The embedding search results returned from Chroma are not intuitive, so let’s reformat them:

from pprint import pprint
def reformat(chroma_results: dict) -> list:
    """
    Reformat chroma db results to a list of search items containing:
    - chunk_id
    - chunk_index
    - doc_id
    - page_number
    - source
    - text (from documents)
    - distance
    - score

    Parameters:
        chroma_results (dict): The raw results from the Chroma DB query.

    Returns:
        list: A list of dictionaries with the desired keys.
    """
    reformatted = []
    
    # Get the lists from the results. They are expected to be lists of lists.
    metadatas = chroma_results.get("metadatas", [])
    documents = chroma_results.get("documents", [])
    distances = chroma_results.get("distances", [])
    
    # Loop over each group (each inner list represents one set of matches)
    chunk_index = 1
    for meta_group, doc_group, distance_group in zip(metadatas, documents, distances):
        # Iterate over each item in the inner lists
        for meta, text, distance in zip(meta_group, doc_group, distance_group):
            item = {
                "chunk_index": chunk_index,
                "chunk_id": meta.get("chunk_id"),
                "doc_id": meta.get("doc_id"),
                "page_number": meta.get("page_number"),
                "source": meta.get("source"),
                "text": text,
                "distance": distance,
                "score": 1 - distance
            }
            reformatted.append(item)
            chunk_index += 1
    
    return reformatted


print("refromat Results:")
pprint(reformat(results))

Why it’s not scalable#

The current regular RAG document ingestion approach processes documents sequentially, without utilizing parallelization. This lack of parallel processing creates a bottleneck when managing large volumes of data. Without distributed processing, scaling to thousands of documents — each potentially containing dozens or even hundreds of pages — can quickly overwhelm the resources of a single machine.
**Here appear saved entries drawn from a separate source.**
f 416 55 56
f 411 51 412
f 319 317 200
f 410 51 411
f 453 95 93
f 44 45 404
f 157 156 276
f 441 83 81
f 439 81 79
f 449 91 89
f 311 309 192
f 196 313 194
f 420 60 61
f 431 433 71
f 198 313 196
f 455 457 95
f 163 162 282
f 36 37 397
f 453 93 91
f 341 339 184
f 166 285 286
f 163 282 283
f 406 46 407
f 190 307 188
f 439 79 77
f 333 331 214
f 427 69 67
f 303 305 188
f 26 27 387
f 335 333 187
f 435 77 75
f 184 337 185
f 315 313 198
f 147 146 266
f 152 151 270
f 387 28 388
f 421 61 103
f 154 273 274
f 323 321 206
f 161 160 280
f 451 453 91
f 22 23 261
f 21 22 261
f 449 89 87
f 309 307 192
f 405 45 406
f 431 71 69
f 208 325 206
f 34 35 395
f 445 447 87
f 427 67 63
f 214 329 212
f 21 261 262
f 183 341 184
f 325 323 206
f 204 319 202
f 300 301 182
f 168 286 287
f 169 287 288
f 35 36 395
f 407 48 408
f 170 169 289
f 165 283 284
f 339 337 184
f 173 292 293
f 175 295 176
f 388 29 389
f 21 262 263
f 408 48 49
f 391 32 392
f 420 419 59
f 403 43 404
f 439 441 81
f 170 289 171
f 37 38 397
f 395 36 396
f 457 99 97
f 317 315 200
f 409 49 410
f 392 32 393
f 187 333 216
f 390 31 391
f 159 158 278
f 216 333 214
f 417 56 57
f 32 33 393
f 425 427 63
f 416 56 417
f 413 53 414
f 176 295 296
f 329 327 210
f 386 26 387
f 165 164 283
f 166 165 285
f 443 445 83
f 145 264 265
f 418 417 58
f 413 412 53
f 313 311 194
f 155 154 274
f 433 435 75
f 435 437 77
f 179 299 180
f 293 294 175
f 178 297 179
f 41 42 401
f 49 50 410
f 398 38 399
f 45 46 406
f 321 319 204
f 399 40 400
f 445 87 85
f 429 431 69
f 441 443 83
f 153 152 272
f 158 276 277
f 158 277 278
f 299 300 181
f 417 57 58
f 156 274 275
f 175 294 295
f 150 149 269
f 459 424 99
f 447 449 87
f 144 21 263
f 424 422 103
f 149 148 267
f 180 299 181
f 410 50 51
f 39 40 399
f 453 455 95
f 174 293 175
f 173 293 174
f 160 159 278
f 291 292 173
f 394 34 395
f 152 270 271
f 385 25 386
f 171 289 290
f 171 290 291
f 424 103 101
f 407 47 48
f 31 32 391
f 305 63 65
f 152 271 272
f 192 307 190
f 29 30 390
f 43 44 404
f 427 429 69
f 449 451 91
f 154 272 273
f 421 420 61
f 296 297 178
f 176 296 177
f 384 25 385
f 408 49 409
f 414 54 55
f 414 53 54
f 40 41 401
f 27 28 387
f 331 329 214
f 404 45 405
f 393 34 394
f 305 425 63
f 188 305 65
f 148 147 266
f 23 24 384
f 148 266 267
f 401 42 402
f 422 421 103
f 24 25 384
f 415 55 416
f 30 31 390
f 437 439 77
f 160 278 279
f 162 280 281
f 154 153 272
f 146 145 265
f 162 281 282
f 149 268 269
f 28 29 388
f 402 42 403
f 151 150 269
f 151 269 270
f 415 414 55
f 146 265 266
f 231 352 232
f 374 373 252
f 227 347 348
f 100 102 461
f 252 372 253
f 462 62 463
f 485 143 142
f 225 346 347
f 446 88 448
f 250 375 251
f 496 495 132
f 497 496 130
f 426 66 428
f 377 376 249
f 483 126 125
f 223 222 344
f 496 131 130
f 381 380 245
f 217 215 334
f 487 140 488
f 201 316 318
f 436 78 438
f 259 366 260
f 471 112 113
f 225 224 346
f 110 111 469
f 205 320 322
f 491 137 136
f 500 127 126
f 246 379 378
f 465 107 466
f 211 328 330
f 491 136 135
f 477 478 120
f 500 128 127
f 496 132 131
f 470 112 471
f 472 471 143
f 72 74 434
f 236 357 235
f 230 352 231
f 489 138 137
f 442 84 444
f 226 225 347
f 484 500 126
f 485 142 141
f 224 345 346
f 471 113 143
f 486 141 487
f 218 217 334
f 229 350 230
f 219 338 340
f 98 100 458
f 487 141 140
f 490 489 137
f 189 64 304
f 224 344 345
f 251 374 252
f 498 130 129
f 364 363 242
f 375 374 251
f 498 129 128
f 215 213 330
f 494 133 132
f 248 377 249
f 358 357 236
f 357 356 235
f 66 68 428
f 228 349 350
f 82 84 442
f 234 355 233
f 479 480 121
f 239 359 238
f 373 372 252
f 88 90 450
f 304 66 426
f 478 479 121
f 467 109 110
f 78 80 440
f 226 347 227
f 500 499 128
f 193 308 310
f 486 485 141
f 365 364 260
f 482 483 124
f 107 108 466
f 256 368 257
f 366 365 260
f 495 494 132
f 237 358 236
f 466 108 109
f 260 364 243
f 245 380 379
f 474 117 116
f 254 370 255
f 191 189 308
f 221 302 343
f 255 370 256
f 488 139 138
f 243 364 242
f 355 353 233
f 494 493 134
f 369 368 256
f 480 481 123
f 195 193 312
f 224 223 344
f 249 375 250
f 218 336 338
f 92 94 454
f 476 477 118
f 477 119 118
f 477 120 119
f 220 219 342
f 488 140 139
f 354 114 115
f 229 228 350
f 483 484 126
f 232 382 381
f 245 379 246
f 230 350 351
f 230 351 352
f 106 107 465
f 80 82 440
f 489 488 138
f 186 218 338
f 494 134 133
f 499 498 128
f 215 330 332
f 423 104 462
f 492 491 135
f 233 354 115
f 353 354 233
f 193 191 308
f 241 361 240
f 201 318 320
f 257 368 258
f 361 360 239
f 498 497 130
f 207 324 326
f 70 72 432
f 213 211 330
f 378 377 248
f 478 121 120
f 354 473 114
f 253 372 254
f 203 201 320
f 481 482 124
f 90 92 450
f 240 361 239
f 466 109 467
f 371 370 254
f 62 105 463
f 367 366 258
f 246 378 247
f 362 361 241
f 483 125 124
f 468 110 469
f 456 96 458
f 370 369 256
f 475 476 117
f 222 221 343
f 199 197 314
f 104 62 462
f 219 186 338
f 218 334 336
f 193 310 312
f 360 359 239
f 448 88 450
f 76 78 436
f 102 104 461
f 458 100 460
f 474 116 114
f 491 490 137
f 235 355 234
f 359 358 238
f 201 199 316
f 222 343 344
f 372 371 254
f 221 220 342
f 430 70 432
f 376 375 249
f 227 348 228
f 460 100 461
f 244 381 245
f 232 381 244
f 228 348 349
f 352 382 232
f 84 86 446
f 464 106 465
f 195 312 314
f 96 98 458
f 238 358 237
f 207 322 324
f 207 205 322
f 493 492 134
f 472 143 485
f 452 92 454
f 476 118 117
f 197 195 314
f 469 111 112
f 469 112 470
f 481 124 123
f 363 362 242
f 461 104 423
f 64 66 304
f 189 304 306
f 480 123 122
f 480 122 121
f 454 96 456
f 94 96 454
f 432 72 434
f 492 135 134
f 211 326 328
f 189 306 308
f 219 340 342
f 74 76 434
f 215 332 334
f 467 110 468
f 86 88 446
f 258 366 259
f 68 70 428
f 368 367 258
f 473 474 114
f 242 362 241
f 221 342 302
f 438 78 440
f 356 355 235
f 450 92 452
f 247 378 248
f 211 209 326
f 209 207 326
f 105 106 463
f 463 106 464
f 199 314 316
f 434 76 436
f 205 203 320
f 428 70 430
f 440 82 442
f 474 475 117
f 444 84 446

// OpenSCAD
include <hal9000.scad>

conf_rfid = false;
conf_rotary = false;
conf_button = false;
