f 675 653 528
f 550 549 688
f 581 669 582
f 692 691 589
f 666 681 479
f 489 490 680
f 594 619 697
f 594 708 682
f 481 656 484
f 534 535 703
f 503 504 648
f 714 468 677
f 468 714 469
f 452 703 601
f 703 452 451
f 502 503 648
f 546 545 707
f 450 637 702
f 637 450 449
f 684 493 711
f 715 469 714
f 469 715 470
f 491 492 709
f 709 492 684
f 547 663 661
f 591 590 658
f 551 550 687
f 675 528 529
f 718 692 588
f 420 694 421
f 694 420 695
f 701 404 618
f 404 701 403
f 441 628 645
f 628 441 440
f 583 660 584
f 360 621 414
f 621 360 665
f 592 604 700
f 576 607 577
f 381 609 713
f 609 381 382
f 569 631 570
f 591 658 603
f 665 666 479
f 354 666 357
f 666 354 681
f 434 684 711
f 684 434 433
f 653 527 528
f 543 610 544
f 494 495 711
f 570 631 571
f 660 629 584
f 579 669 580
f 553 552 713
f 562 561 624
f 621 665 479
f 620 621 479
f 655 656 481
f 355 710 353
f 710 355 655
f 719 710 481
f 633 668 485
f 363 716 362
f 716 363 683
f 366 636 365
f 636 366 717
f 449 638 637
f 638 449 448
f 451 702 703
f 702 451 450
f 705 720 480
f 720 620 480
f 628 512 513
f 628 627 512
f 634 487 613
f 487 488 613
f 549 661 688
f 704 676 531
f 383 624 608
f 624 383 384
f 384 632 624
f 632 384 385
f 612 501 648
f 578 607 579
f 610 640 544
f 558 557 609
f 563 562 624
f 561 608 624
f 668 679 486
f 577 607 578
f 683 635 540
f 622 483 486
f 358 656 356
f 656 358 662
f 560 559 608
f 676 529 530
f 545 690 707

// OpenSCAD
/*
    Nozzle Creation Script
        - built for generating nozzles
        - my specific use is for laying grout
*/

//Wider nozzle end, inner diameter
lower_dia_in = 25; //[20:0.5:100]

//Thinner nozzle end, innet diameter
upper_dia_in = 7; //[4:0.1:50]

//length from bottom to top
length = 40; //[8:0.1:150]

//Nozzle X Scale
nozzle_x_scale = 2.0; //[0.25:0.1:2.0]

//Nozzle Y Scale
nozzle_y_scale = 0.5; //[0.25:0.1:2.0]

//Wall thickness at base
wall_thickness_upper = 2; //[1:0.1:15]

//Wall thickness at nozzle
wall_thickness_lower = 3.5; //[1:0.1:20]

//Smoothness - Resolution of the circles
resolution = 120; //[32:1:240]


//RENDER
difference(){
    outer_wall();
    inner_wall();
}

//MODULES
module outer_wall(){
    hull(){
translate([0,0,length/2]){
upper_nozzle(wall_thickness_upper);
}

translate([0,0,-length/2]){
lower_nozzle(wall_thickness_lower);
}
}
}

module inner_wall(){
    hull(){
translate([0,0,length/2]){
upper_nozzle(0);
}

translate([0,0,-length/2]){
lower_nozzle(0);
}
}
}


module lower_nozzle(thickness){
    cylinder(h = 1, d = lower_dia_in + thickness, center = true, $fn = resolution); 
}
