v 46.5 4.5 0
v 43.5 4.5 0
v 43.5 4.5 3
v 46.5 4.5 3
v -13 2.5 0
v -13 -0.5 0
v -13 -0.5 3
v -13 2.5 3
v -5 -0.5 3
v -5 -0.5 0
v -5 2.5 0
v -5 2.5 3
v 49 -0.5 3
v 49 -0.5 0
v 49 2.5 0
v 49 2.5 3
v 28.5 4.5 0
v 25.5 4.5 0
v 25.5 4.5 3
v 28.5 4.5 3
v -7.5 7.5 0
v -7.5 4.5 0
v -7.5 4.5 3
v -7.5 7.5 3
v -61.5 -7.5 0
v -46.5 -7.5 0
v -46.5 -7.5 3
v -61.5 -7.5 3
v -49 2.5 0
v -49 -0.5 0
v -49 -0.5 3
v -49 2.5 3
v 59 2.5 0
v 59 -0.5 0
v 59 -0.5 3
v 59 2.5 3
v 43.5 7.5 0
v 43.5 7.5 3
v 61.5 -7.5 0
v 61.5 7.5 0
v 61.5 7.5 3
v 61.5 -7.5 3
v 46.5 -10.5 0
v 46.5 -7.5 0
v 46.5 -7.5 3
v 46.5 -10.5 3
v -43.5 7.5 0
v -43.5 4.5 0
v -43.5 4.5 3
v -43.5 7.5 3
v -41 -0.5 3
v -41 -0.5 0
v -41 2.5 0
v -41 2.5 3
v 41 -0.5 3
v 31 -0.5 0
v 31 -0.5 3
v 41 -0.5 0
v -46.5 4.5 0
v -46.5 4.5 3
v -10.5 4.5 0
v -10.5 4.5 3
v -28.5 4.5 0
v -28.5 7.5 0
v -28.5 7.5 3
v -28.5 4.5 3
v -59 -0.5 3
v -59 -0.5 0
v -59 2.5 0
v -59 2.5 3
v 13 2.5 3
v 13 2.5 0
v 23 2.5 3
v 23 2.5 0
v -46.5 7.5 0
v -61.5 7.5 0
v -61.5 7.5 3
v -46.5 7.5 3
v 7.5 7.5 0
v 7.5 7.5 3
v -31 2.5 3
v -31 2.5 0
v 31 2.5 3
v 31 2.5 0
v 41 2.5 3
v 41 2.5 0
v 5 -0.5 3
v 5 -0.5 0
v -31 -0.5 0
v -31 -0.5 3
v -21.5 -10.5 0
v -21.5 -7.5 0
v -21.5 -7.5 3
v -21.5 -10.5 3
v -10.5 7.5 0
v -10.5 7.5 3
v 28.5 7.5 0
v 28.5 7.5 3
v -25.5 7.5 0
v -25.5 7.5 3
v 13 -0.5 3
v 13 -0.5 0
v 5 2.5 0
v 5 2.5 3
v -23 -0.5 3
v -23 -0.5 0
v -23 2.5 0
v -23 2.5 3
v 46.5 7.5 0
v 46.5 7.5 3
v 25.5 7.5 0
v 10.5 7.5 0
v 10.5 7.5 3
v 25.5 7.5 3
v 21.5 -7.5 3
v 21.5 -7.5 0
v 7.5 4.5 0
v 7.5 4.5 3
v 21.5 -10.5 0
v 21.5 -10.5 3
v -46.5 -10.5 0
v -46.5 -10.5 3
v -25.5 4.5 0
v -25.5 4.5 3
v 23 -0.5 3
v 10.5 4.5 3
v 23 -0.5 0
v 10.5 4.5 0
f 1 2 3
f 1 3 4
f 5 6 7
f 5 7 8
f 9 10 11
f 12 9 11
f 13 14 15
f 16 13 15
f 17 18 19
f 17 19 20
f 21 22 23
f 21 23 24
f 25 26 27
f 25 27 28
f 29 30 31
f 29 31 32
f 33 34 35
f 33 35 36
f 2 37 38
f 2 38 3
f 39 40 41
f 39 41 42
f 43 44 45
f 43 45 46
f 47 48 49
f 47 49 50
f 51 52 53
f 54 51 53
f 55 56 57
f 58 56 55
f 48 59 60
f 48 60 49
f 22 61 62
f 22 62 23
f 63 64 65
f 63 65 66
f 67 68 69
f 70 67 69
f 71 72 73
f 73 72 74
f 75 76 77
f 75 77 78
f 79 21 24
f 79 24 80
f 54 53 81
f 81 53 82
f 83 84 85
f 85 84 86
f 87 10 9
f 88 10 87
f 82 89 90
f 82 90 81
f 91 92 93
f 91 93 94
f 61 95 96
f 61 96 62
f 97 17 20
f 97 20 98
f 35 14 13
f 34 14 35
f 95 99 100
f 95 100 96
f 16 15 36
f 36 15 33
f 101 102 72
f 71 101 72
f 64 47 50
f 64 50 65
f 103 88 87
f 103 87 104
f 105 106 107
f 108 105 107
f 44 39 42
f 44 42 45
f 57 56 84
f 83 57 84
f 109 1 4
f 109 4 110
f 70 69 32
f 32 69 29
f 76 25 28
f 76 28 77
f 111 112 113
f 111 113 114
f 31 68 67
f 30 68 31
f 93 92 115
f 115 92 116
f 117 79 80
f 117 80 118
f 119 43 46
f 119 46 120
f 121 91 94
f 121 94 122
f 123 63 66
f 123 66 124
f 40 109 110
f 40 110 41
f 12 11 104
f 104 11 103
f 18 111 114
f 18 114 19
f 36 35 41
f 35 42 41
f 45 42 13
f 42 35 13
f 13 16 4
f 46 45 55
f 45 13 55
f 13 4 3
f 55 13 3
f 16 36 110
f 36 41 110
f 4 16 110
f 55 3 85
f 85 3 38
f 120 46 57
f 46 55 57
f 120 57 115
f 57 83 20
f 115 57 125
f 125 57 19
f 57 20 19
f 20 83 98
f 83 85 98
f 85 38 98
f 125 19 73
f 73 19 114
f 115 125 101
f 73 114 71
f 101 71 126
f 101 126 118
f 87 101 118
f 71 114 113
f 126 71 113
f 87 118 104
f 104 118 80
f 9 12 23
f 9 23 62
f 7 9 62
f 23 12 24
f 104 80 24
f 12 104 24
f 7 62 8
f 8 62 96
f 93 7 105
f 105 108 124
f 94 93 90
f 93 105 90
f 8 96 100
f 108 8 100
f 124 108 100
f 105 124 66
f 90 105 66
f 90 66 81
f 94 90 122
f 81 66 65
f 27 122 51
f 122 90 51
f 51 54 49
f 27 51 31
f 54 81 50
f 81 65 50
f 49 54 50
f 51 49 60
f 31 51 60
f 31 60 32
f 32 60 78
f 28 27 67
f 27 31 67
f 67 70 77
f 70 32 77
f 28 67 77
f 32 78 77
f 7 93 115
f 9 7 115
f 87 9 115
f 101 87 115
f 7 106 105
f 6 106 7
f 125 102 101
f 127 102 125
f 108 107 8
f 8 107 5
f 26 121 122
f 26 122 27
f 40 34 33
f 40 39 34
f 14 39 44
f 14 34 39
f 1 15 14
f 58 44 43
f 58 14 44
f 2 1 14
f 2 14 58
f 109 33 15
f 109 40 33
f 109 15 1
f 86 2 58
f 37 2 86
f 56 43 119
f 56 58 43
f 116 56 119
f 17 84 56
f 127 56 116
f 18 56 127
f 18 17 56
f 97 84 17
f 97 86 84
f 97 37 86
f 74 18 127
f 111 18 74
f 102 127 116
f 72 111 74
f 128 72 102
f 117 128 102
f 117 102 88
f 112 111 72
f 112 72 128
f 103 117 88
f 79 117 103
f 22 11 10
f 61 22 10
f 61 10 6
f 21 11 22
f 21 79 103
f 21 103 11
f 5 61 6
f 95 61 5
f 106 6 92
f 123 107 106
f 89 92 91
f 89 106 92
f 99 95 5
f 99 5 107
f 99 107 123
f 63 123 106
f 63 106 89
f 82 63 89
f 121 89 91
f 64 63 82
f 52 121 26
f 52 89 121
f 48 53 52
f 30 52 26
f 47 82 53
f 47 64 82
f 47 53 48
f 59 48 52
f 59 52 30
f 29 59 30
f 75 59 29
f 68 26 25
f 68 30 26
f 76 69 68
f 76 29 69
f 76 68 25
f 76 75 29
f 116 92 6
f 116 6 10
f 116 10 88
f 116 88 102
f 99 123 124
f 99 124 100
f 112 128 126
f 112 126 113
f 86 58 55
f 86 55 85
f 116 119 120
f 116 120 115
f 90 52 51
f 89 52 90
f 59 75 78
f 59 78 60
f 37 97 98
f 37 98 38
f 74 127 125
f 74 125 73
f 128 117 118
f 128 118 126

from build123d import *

# Parameters (mm, degrees)
SKETCH2_W           = 10
SKETCH2_H           = 3
BOSS_EXTRUDE2_DEPTH = 3


with BuildPart() as part:
    # Sketch2 → Boss-Extrude2 (new body)
    with BuildSketch(Plane.XY):
        Polygon((-43.5, 7.5), (-28.5, 7.5), (-28.5, 4.5), (-25.5, 4.5), (-25.5, 7.5), (-10.5, 7.5), (-10.5, 4.5), (-7.5, 4.5), (-7.5, 7.5), (7.5, 7.5), (7.5, 4.5), (10.5, 4.5), (10.5, 7.5), (25.5, 7.5), (25.5, 4.5), (28.5, 4.5), (28.5, 7.5), (43.5, 7.5), (43.5, 4.5), (46.5, 4.5), (46.5, 7.5), (61.5, 7.5), (61.5, -7.5), (46.5, -7.5), (46.5, -10.5), (21.5, -10.5), (21.5, -7.5), (10, -7.5), (-10, -7.5), (-21.5, -7.5), (-21.5, -10.5), (-46.5, -10.5), (-46.5, -7.5), (-61.5, -7.5), (-61.5, 7.5), (-46.5, 7.5), (-46.5, 4.5), (-43.5, 4.5), align=None)
        with Locations((-54, 1)):
            Rectangle(SKETCH2_W, SKETCH2_H, mode=Mode.SUBTRACT)
        with Locations((-36, 1)):
            Rectangle(SKETCH2_W, SKETCH2_H, mode=Mode.SUBTRACT)
        with Locations((-18, 1)):
            Rectangle(SKETCH2_W, SKETCH2_H, mode=Mode.SUBTRACT)
        with Locations((0, 1)):
            Rectangle(SKETCH2_W, SKETCH2_H, mode=Mode.SUBTRACT)
        with Locations((18, 1)):
            Rectangle(SKETCH2_W, SKETCH2_H, mode=Mode.SUBTRACT)
        with Locations((36, 1)):
            Rectangle(SKETCH2_W, SKETCH2_H, mode=Mode.SUBTRACT)
        with Locations((54, 1)):
            Rectangle(SKETCH2_W, SKETCH2_H, mode=Mode.SUBTRACT)
    extrude(amount=BOSS_EXTRUDE2_DEPTH)


solid = part.part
Moreover, embedding all text chunks in a single operation can result in substantial memory constraints and cause performance degradation, further exacerbating the issue.

In the next notebook, we will demonstrate how to leverage RayData to build a scalable document ingestion pipeline. By utilizing Ray’s distributed computing capabilities, we can significantly improve processing efficiency, reduce bottlenecks, and enable seamless scaling for large-scale document ingestion.